>>>>
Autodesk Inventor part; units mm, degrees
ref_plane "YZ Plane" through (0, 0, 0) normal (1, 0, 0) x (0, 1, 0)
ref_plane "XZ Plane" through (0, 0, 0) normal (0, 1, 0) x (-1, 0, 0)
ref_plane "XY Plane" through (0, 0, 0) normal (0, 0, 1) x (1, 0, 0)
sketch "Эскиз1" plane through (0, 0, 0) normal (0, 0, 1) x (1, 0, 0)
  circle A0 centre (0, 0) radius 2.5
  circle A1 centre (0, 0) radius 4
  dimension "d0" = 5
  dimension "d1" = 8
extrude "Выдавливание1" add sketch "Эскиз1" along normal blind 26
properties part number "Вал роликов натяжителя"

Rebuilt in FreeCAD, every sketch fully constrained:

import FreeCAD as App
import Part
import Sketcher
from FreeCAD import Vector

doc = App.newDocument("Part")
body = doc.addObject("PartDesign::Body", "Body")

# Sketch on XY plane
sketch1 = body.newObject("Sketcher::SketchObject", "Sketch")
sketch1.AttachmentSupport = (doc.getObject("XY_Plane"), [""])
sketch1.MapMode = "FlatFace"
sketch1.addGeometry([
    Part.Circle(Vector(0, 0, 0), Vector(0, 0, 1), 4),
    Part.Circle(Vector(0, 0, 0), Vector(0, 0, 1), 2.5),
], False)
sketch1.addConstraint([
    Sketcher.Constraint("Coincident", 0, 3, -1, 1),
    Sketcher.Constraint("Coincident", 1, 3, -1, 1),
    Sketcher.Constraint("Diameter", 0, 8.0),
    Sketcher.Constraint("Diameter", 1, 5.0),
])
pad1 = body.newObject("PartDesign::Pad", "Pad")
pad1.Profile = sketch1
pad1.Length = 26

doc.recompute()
<<<<
>>>>
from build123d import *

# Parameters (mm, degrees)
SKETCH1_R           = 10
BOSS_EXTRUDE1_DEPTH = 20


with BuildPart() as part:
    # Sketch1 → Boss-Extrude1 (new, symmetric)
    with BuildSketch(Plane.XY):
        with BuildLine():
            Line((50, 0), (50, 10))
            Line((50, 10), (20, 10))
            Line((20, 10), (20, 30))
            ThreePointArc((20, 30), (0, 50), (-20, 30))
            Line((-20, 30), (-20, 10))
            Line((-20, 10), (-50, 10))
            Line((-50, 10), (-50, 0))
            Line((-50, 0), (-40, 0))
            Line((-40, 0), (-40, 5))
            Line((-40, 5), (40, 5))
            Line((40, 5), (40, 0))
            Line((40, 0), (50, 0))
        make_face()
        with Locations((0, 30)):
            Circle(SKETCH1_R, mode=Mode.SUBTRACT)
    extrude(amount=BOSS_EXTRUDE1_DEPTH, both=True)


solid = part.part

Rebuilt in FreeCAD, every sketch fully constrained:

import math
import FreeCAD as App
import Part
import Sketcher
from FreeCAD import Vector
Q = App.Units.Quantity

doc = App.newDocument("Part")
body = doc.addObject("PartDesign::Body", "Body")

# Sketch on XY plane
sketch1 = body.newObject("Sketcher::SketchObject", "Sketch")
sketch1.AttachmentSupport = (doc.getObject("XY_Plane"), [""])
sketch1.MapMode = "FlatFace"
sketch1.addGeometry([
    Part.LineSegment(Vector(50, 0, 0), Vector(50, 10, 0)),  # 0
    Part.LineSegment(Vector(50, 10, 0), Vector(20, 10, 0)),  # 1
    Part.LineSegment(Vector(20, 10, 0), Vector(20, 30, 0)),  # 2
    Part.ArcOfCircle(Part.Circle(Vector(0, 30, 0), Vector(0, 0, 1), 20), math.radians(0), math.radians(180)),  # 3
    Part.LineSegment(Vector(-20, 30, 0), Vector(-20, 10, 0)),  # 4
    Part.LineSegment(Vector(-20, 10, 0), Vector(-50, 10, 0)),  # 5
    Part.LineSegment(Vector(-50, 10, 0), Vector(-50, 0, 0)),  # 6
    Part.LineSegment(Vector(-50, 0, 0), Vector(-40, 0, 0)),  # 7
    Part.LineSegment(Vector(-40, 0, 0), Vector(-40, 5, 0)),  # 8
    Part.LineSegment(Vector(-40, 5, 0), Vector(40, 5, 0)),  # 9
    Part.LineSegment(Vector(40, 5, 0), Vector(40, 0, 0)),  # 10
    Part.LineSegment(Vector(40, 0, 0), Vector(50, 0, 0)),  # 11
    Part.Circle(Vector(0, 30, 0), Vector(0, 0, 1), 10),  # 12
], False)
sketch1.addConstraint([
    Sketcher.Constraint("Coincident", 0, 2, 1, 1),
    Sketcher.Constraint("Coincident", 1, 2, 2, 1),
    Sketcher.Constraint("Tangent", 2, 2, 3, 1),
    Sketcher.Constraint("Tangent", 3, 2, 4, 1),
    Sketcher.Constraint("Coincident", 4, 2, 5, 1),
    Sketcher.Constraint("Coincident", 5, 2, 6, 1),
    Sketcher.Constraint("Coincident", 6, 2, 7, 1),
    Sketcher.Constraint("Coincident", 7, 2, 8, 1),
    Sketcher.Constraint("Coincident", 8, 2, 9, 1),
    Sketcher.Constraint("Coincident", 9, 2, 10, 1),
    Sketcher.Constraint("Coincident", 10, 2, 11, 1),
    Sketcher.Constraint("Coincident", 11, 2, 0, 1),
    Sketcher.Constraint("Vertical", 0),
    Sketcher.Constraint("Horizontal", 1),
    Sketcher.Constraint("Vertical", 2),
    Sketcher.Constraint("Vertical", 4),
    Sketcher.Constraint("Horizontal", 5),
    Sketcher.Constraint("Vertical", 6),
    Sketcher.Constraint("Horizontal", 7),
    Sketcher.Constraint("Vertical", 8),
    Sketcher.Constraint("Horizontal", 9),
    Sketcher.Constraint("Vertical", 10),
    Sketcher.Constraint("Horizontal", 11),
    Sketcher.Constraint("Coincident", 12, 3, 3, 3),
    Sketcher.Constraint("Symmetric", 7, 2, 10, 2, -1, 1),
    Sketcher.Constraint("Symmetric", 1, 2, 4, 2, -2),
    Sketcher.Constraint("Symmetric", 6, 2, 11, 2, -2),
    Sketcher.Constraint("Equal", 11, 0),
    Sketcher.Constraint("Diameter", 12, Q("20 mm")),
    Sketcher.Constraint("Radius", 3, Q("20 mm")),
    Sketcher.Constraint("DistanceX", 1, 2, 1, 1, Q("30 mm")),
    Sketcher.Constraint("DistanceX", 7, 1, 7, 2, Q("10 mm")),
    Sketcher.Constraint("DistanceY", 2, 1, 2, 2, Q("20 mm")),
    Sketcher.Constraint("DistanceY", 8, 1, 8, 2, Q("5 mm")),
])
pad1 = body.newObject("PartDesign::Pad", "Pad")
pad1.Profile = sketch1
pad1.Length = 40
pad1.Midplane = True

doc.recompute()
<<<<
>>>>
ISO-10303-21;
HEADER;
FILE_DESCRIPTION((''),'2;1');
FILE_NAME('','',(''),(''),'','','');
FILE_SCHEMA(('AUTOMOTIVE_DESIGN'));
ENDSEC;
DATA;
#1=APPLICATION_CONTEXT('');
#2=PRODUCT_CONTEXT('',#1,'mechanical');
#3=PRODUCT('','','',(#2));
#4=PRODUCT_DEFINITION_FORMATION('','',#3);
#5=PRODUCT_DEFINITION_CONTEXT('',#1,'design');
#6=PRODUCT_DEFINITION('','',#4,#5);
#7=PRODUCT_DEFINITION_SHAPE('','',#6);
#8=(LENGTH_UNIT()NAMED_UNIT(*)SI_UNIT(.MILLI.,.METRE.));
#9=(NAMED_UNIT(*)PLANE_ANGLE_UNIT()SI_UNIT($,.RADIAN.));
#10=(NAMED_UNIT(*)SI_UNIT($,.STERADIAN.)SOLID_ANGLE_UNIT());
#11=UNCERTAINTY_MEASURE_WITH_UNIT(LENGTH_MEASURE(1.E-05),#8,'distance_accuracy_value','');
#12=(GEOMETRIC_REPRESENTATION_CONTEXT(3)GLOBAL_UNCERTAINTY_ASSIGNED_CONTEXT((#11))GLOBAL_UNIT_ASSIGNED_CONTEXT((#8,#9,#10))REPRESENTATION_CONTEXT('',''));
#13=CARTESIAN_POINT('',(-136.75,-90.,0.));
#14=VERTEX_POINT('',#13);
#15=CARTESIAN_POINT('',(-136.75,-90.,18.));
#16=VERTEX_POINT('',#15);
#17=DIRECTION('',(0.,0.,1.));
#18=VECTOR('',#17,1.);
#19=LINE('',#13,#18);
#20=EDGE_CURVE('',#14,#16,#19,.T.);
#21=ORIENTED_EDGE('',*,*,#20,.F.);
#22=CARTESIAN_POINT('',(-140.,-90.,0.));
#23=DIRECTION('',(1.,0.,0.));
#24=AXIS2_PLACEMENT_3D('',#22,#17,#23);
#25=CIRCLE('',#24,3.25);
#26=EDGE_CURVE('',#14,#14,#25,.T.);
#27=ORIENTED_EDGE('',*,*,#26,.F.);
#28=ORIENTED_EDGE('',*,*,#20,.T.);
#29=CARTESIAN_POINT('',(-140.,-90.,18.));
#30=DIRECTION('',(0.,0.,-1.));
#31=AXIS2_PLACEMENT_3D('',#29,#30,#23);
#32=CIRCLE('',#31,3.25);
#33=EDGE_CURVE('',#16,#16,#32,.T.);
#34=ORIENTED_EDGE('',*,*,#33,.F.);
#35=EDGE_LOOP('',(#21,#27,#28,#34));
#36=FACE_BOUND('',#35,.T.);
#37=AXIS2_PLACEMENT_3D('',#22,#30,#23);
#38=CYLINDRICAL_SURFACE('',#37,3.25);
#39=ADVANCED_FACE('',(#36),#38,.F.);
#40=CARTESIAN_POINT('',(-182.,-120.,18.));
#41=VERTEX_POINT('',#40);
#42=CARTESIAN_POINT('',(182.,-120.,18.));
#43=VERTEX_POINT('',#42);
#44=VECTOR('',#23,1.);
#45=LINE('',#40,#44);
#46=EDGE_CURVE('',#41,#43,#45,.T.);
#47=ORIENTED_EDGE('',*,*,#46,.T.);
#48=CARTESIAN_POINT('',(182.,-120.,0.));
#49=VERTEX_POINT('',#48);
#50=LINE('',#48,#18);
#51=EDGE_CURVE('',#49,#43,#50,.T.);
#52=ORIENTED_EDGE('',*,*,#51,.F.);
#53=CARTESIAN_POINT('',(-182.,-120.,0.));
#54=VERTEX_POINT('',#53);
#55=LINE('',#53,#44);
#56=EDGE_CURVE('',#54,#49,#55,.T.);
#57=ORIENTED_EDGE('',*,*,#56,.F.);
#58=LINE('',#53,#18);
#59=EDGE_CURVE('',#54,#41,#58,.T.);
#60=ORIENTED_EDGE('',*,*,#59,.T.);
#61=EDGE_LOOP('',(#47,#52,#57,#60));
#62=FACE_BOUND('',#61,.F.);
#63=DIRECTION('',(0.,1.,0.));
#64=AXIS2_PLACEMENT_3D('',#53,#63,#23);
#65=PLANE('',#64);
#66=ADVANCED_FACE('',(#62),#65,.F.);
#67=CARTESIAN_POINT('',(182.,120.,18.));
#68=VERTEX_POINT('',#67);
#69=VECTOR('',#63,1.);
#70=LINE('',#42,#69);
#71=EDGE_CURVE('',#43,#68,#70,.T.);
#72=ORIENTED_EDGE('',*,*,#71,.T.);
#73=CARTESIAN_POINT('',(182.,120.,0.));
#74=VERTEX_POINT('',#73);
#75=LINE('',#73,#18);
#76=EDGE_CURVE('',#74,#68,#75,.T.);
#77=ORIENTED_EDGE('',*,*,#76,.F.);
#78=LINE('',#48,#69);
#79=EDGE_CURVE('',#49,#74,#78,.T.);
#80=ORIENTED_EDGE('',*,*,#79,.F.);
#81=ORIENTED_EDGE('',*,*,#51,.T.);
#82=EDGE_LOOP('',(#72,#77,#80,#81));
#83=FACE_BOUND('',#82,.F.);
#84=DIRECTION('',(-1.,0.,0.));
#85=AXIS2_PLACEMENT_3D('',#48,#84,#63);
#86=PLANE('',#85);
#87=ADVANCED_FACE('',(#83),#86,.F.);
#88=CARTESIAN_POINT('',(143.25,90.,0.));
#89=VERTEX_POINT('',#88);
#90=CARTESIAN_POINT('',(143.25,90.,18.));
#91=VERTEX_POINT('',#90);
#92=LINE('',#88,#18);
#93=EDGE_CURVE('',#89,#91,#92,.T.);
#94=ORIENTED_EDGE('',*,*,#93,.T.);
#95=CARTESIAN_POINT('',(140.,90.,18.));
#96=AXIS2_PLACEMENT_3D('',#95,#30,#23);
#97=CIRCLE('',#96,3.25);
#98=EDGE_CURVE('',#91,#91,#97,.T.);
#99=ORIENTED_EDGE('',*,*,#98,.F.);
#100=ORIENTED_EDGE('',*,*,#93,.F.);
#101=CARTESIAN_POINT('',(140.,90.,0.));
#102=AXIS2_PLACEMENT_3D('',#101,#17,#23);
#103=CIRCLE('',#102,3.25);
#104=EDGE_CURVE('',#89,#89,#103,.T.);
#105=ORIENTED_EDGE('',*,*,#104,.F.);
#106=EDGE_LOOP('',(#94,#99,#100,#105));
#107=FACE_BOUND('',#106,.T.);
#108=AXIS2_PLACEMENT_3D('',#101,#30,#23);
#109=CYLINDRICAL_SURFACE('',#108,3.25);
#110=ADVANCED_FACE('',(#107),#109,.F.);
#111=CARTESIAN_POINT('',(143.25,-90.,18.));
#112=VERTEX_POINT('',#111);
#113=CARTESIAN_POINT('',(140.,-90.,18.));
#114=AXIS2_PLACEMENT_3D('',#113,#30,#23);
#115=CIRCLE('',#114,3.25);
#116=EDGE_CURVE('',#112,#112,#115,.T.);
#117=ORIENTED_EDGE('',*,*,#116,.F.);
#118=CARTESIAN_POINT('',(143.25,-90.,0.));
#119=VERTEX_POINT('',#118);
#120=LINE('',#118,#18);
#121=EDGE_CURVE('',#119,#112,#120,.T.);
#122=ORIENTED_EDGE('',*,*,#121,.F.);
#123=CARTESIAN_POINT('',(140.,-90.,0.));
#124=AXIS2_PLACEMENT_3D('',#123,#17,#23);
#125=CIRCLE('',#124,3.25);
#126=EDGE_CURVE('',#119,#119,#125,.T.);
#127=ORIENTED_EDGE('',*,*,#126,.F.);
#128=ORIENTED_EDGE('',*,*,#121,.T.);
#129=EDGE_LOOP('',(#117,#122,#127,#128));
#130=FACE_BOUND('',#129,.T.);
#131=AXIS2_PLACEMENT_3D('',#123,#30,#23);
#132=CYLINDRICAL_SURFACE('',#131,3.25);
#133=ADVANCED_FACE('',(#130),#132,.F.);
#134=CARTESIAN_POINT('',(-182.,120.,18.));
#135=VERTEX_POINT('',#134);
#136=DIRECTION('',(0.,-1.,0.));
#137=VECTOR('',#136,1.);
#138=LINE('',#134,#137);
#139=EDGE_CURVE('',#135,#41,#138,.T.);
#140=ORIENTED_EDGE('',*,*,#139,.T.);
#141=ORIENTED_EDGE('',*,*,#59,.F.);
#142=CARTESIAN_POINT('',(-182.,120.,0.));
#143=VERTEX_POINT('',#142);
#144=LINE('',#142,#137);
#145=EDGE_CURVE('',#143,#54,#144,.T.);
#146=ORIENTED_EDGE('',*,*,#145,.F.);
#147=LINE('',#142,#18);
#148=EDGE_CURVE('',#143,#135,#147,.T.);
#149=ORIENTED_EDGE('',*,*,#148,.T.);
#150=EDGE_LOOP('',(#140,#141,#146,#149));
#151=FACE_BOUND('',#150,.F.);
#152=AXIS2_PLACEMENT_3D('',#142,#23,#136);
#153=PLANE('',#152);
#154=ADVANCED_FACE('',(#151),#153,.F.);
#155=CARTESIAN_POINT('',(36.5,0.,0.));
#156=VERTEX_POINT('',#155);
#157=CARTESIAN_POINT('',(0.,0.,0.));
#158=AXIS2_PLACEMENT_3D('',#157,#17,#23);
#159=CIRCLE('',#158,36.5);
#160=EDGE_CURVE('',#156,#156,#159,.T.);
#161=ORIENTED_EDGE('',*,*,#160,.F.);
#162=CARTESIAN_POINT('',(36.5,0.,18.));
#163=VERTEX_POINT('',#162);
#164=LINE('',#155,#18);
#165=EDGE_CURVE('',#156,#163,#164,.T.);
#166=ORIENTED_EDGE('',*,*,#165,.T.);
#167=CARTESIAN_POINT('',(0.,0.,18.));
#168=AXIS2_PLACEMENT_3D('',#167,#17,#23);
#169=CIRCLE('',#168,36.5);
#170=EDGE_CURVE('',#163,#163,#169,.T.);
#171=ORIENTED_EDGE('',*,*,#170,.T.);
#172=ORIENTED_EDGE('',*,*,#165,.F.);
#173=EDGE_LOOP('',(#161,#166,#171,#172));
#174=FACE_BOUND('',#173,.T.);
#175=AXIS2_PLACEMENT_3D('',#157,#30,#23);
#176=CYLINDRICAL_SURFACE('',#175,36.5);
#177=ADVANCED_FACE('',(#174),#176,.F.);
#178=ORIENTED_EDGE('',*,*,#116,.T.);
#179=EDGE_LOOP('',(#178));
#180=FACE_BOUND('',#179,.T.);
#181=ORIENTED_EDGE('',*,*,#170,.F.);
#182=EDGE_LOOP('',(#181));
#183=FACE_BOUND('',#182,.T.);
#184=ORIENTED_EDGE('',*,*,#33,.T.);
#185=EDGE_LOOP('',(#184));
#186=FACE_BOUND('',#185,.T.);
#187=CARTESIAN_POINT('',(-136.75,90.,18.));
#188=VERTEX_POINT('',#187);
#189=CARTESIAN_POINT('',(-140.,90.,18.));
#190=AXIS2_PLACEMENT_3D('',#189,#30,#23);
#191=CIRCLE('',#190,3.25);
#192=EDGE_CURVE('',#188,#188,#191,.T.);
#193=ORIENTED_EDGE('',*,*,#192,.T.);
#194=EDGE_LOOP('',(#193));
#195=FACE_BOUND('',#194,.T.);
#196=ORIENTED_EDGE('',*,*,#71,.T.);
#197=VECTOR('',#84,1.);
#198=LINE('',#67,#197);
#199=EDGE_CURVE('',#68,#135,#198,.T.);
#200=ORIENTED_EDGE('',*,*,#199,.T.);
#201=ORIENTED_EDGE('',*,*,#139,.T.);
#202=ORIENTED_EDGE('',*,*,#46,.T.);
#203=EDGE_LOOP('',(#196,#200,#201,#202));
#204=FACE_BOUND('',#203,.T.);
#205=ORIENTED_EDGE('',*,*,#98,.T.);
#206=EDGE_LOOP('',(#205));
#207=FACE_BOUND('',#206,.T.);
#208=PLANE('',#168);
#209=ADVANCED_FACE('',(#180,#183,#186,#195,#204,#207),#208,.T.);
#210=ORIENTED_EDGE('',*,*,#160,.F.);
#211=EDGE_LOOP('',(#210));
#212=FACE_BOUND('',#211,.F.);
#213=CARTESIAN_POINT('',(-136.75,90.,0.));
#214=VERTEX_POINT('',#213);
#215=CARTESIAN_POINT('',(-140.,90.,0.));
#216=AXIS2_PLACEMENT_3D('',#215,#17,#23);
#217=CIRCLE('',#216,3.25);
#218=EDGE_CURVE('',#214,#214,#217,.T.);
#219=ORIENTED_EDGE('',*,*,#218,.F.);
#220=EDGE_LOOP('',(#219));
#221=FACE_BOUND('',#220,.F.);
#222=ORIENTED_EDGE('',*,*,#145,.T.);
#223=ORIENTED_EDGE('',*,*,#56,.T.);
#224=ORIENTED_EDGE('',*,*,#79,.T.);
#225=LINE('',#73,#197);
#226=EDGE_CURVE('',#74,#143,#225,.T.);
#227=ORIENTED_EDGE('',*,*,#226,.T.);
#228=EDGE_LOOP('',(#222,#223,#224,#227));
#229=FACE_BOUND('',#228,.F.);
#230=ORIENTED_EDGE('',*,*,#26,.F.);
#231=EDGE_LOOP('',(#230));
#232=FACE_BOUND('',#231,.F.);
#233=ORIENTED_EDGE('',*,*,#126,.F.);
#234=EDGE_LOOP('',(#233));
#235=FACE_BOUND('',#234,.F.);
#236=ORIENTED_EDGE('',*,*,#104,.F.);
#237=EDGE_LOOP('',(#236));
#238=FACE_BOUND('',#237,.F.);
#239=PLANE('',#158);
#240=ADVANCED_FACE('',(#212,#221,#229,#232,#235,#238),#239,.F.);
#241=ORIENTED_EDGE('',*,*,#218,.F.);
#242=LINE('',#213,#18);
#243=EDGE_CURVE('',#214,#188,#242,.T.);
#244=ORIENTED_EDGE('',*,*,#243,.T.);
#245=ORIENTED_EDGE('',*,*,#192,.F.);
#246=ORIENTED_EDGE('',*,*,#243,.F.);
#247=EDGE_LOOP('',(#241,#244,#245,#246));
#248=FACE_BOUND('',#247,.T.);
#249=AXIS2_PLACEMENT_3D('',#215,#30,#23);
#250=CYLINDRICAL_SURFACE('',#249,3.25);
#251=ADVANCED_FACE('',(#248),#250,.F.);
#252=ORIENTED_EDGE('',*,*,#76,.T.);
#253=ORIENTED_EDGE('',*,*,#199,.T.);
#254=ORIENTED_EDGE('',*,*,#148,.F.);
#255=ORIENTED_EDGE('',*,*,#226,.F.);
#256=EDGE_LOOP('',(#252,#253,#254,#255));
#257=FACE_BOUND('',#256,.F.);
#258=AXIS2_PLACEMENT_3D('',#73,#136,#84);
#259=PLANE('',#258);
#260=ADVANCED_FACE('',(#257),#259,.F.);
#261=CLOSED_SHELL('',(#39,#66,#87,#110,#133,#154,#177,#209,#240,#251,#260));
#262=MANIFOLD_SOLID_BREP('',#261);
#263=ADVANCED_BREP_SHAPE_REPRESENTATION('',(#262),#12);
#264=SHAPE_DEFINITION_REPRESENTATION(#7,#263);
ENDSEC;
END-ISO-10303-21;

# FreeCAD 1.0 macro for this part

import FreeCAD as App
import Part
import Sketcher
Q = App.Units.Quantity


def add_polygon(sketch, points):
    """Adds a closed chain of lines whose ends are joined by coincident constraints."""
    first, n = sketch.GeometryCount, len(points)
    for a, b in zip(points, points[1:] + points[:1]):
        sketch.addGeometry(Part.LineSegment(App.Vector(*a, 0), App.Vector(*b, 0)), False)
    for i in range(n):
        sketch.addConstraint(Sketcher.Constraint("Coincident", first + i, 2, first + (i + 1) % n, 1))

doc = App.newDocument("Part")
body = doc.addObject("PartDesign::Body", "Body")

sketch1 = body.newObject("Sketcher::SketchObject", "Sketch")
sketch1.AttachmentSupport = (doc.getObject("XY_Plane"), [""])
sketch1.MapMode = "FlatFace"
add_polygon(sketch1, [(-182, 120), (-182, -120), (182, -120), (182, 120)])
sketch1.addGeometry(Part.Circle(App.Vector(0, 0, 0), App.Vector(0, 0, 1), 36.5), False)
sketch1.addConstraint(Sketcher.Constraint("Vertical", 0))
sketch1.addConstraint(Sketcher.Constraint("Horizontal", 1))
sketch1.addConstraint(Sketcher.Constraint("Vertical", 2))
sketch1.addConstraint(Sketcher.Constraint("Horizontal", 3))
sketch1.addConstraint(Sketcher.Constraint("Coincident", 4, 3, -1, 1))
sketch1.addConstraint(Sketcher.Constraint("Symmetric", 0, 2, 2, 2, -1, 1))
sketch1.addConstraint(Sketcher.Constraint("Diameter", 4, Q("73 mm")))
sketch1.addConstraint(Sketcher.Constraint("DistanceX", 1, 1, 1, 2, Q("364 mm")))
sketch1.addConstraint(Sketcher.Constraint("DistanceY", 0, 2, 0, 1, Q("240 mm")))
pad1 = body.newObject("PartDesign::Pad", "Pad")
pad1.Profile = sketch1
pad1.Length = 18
<<<<
> **Exercise requirements**:
Within the data above, find the lines that contain the word "centre" and copy each of them.

> **Result**:
  circle A0 centre (0, 0) radius 2.5
  circle A1 centre (0, 0) radius 4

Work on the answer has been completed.